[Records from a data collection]

= = = = =

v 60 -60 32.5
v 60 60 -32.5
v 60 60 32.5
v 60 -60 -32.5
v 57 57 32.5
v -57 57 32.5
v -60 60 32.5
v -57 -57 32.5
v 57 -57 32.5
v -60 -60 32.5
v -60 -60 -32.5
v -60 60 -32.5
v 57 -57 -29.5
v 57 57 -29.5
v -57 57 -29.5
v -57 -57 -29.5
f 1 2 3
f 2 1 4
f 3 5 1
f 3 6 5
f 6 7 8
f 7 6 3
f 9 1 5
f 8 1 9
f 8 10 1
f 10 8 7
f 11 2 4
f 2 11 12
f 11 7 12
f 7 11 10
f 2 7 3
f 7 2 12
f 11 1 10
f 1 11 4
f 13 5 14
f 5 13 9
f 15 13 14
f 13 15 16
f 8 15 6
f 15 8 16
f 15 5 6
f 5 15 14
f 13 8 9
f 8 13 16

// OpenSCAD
// ========================================
// a 120 x 120 x 65 mm enclosure with 3 mm wall thickness
// NeuroCAD canonical IR; dimensions are millimetres
// ========================================
$fn = 48;

difference() {
  cube(size=[120, 120, 65], center=true);
  translate([0, 0, 1.6]) {
    cube(size=[114, 114, 62.2], center=true);
  }
}
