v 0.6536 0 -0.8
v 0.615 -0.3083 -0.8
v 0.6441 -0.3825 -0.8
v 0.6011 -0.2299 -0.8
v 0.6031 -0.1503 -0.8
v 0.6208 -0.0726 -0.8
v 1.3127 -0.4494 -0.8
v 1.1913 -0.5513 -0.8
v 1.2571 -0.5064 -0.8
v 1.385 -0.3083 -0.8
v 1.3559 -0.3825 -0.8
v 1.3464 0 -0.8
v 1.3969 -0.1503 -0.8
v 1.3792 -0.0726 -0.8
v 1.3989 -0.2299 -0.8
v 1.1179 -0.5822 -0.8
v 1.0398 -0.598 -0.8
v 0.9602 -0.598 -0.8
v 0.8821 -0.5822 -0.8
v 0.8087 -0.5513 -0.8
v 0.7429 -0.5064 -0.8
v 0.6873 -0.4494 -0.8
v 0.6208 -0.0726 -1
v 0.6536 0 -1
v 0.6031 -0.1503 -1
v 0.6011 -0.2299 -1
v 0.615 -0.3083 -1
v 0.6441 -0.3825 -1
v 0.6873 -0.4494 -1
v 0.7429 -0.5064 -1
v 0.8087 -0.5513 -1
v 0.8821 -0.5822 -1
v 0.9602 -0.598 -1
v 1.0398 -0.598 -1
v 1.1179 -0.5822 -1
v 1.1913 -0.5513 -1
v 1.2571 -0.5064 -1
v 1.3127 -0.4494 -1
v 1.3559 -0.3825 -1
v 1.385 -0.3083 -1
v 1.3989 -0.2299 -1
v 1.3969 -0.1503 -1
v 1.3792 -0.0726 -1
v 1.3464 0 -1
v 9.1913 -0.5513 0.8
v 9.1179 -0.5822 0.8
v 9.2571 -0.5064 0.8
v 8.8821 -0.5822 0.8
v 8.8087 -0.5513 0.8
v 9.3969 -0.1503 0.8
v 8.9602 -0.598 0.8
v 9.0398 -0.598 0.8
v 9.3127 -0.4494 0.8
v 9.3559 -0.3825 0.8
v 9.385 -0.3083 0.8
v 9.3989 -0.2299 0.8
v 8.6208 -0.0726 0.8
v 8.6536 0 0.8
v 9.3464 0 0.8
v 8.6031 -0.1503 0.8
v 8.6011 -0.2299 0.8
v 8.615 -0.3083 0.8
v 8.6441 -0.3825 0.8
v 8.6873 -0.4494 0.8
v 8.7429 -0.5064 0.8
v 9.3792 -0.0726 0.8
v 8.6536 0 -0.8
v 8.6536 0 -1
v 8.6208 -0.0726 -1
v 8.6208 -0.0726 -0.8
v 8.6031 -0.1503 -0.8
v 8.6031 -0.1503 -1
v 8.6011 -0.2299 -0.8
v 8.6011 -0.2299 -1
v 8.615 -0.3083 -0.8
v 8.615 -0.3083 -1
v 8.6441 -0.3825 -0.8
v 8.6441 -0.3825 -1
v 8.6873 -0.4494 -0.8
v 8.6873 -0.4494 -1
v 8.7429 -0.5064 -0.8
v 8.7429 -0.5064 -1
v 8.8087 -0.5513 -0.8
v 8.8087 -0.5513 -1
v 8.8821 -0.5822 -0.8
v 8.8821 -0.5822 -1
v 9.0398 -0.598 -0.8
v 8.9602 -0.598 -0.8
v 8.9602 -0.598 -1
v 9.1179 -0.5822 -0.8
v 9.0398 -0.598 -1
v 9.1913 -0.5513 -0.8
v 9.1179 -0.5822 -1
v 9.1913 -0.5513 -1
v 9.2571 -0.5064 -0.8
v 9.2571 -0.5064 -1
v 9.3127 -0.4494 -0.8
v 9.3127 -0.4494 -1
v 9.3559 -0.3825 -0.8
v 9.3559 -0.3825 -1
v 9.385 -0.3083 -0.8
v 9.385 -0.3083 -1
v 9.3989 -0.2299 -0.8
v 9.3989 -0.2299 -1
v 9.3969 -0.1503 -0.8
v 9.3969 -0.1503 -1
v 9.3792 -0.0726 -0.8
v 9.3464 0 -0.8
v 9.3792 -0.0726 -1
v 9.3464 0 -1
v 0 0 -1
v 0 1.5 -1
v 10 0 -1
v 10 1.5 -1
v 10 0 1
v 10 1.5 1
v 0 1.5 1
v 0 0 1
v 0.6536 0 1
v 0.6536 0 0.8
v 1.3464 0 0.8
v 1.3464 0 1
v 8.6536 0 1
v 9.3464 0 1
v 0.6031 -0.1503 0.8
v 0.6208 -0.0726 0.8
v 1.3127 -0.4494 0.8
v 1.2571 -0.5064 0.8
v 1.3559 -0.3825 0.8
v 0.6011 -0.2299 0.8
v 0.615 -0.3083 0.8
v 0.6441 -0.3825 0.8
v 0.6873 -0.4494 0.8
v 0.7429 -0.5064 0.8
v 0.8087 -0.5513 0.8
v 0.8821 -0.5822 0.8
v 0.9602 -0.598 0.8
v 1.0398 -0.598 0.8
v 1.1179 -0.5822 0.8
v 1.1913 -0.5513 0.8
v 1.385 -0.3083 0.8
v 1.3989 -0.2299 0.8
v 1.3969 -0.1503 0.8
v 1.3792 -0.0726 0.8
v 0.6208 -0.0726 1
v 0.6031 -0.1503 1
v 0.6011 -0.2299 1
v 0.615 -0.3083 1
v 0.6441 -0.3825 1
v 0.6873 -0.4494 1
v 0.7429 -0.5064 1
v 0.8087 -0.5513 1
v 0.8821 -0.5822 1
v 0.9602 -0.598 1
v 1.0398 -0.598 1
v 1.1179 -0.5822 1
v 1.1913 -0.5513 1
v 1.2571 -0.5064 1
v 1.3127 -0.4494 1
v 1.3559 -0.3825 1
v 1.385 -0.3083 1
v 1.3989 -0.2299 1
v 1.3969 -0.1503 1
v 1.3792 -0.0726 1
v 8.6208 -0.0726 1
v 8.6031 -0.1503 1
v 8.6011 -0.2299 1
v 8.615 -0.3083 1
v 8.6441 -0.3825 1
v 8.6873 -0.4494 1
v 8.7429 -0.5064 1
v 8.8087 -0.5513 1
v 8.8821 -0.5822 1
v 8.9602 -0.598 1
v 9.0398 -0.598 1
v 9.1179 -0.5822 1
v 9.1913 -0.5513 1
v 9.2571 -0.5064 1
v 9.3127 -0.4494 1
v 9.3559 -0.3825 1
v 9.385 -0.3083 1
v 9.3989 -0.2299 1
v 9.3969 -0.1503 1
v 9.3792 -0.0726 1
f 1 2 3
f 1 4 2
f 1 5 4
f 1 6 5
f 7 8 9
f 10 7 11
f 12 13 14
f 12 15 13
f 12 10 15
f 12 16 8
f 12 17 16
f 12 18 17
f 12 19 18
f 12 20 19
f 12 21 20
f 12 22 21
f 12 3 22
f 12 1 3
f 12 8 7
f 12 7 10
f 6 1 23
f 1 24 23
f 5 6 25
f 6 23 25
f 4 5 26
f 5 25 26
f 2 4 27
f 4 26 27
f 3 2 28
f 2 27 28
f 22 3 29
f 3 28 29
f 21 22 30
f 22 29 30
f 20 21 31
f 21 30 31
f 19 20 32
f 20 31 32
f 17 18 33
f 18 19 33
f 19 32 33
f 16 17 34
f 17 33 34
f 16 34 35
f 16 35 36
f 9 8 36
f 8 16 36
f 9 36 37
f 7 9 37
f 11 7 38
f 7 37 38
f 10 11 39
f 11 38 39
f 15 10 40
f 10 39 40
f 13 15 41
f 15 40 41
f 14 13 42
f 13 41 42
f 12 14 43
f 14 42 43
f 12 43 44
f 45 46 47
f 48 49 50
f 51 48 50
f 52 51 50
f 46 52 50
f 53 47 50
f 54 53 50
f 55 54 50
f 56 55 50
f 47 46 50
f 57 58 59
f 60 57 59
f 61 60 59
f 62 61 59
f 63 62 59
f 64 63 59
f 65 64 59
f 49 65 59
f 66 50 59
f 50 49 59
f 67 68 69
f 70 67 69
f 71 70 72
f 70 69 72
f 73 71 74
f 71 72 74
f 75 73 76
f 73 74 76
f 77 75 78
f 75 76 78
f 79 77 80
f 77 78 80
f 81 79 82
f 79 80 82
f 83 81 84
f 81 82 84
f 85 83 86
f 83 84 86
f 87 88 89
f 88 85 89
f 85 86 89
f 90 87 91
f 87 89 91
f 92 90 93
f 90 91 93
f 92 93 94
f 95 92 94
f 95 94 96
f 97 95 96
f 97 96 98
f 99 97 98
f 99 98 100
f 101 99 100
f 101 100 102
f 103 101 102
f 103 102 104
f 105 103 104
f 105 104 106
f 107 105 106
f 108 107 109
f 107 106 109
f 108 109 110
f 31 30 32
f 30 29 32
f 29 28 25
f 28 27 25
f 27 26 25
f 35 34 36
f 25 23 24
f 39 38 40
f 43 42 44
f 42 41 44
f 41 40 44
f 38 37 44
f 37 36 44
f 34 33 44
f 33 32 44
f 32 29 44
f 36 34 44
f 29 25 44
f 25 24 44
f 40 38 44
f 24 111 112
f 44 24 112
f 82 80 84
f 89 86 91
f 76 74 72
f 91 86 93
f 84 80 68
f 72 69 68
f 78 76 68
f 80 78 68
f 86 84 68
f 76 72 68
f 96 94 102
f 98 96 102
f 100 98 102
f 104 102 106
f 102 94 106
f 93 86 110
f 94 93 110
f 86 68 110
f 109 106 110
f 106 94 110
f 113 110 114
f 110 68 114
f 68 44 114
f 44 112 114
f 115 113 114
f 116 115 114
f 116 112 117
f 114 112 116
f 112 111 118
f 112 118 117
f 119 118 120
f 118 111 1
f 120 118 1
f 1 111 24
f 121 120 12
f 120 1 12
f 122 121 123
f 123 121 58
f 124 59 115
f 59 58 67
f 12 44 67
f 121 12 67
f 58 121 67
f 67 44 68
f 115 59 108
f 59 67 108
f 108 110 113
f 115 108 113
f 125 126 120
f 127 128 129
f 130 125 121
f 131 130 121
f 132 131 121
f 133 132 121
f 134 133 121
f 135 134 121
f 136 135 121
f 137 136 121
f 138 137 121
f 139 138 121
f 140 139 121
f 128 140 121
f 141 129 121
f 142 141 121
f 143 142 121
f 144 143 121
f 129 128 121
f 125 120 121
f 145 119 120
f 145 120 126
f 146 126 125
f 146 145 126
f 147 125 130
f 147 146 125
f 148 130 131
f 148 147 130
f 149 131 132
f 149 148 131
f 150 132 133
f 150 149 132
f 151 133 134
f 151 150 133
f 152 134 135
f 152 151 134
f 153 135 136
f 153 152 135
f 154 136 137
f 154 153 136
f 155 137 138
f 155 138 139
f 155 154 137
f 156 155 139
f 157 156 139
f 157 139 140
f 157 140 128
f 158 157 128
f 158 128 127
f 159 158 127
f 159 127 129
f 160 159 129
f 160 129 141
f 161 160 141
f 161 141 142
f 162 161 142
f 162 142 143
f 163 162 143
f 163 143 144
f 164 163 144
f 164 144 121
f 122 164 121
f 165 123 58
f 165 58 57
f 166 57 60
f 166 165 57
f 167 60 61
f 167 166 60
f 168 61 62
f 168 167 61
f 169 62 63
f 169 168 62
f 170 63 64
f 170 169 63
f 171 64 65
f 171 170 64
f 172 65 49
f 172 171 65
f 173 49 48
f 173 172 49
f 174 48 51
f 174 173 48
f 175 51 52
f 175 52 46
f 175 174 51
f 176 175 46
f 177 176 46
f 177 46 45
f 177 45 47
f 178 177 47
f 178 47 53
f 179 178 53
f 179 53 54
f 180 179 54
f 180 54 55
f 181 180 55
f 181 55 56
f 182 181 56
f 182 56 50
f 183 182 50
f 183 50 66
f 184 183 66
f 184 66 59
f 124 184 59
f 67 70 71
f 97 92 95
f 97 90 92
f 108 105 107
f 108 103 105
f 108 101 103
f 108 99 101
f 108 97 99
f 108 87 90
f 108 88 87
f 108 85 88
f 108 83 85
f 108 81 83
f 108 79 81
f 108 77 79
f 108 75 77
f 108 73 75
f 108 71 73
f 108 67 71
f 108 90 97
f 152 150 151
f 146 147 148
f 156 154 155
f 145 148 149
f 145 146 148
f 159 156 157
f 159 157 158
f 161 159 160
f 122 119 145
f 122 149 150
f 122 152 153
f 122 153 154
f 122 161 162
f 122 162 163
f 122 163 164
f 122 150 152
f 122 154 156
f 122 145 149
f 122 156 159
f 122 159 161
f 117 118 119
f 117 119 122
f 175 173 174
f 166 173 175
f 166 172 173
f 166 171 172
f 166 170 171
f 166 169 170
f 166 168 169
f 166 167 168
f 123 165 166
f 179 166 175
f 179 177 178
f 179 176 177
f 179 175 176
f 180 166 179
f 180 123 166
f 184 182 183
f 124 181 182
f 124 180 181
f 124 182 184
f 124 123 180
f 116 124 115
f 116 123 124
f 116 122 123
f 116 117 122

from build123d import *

# Parameters (mm, degrees)
EXTRUDE_1_DEPTH      = 1
EXTRUDE_1_DEPTH_BACK = 1
SKETCH_1_W           = 10
SKETCH_1_H           = 1.5
SKETCH_2_R           = 0.4
EXTRUDE_2_DEPTH      = 0.2


with BuildPart() as part:
    # 草图1 → 凸台-拉伸1 (new, two sides: drawn at the far end of the back side and taken through both)
    with BuildSketch(Plane.XY.offset(-EXTRUDE_1_DEPTH_BACK)):
        with Locations((5, 0.75)):
            Rectangle(SKETCH_1_W, SKETCH_1_H)
    extrude(amount=EXTRUDE_1_DEPTH + EXTRUDE_1_DEPTH_BACK)

    # 草图2 → 凸台-拉伸2 (add)
    with BuildSketch(Plane.XY.offset(1)):
        with Locations((9, -0.2)):
            Circle(SKETCH_2_R)
        with Locations((1, -0.2)):
            Circle(SKETCH_2_R)
    extrude_2 = extrude(amount=-EXTRUDE_2_DEPTH)

    # 镜向1: 凸台-拉伸2 across plane
    add(extrude_2.mirror(Plane.XY))


solid = part.part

= = = = =

[Required action]
From the records above, reproduce exactly the lines from the one with "v 8.7429 -0.5064 -0.8" to the one with "v 1.385 -0.3083 0.8", both included, and no others.

[Written reply]
v 8.7429 -0.5064 -0.8
v 8.7429 -0.5064 -1
v 8.8087 -0.5513 -0.8
v 8.8087 -0.5513 -1
v 8.8821 -0.5822 -0.8
v 8.8821 -0.5822 -1
v 9.0398 -0.598 -0.8
v 8.9602 -0.598 -0.8
v 8.9602 -0.598 -1
v 9.1179 -0.5822 -0.8
v 9.0398 -0.598 -1
v 9.1913 -0.5513 -0.8
v 9.1179 -0.5822 -1
v 9.1913 -0.5513 -1
v 9.2571 -0.5064 -0.8
v 9.2571 -0.5064 -1
v 9.3127 -0.4494 -0.8
v 9.3127 -0.4494 -1
v 9.3559 -0.3825 -0.8
v 9.3559 -0.3825 -1
v 9.385 -0.3083 -0.8
v 9.385 -0.3083 -1
v 9.3989 -0.2299 -0.8
v 9.3989 -0.2299 -1
v 9.3969 -0.1503 -0.8
v 9.3969 -0.1503 -1
v 9.3792 -0.0726 -0.8
v 9.3464 0 -0.8
v 9.3792 -0.0726 -1
v 9.3464 0 -1
v 0 0 -1
v 0 1.5 -1
v 10 0 -1
v 10 1.5 -1
v 10 0 1
v 10 1.5 1
v 0 1.5 1
v 0 0 1
v 0.6536 0 1
v 0.6536 0 0.8
v 1.3464 0 0.8
v 1.3464 0 1
v 8.6536 0 1
v 9.3464 0 1
v 0.6031 -0.1503 0.8
v 0.6208 -0.0726 0.8
v 1.3127 -0.4494 0.8
v 1.2571 -0.5064 0.8
v 1.3559 -0.3825 0.8
v 0.6011 -0.2299 0.8
v 0.615 -0.3083 0.8
v 0.6441 -0.3825 0.8
v 0.6873 -0.4494 0.8
v 0.7429 -0.5064 0.8
v 0.8087 -0.5513 0.8
v 0.8821 -0.5822 0.8
v 0.9602 -0.598 0.8
v 1.0398 -0.598 0.8
v 1.1179 -0.5822 0.8
v 1.1913 -0.5513 0.8
v 1.385 -0.3083 0.8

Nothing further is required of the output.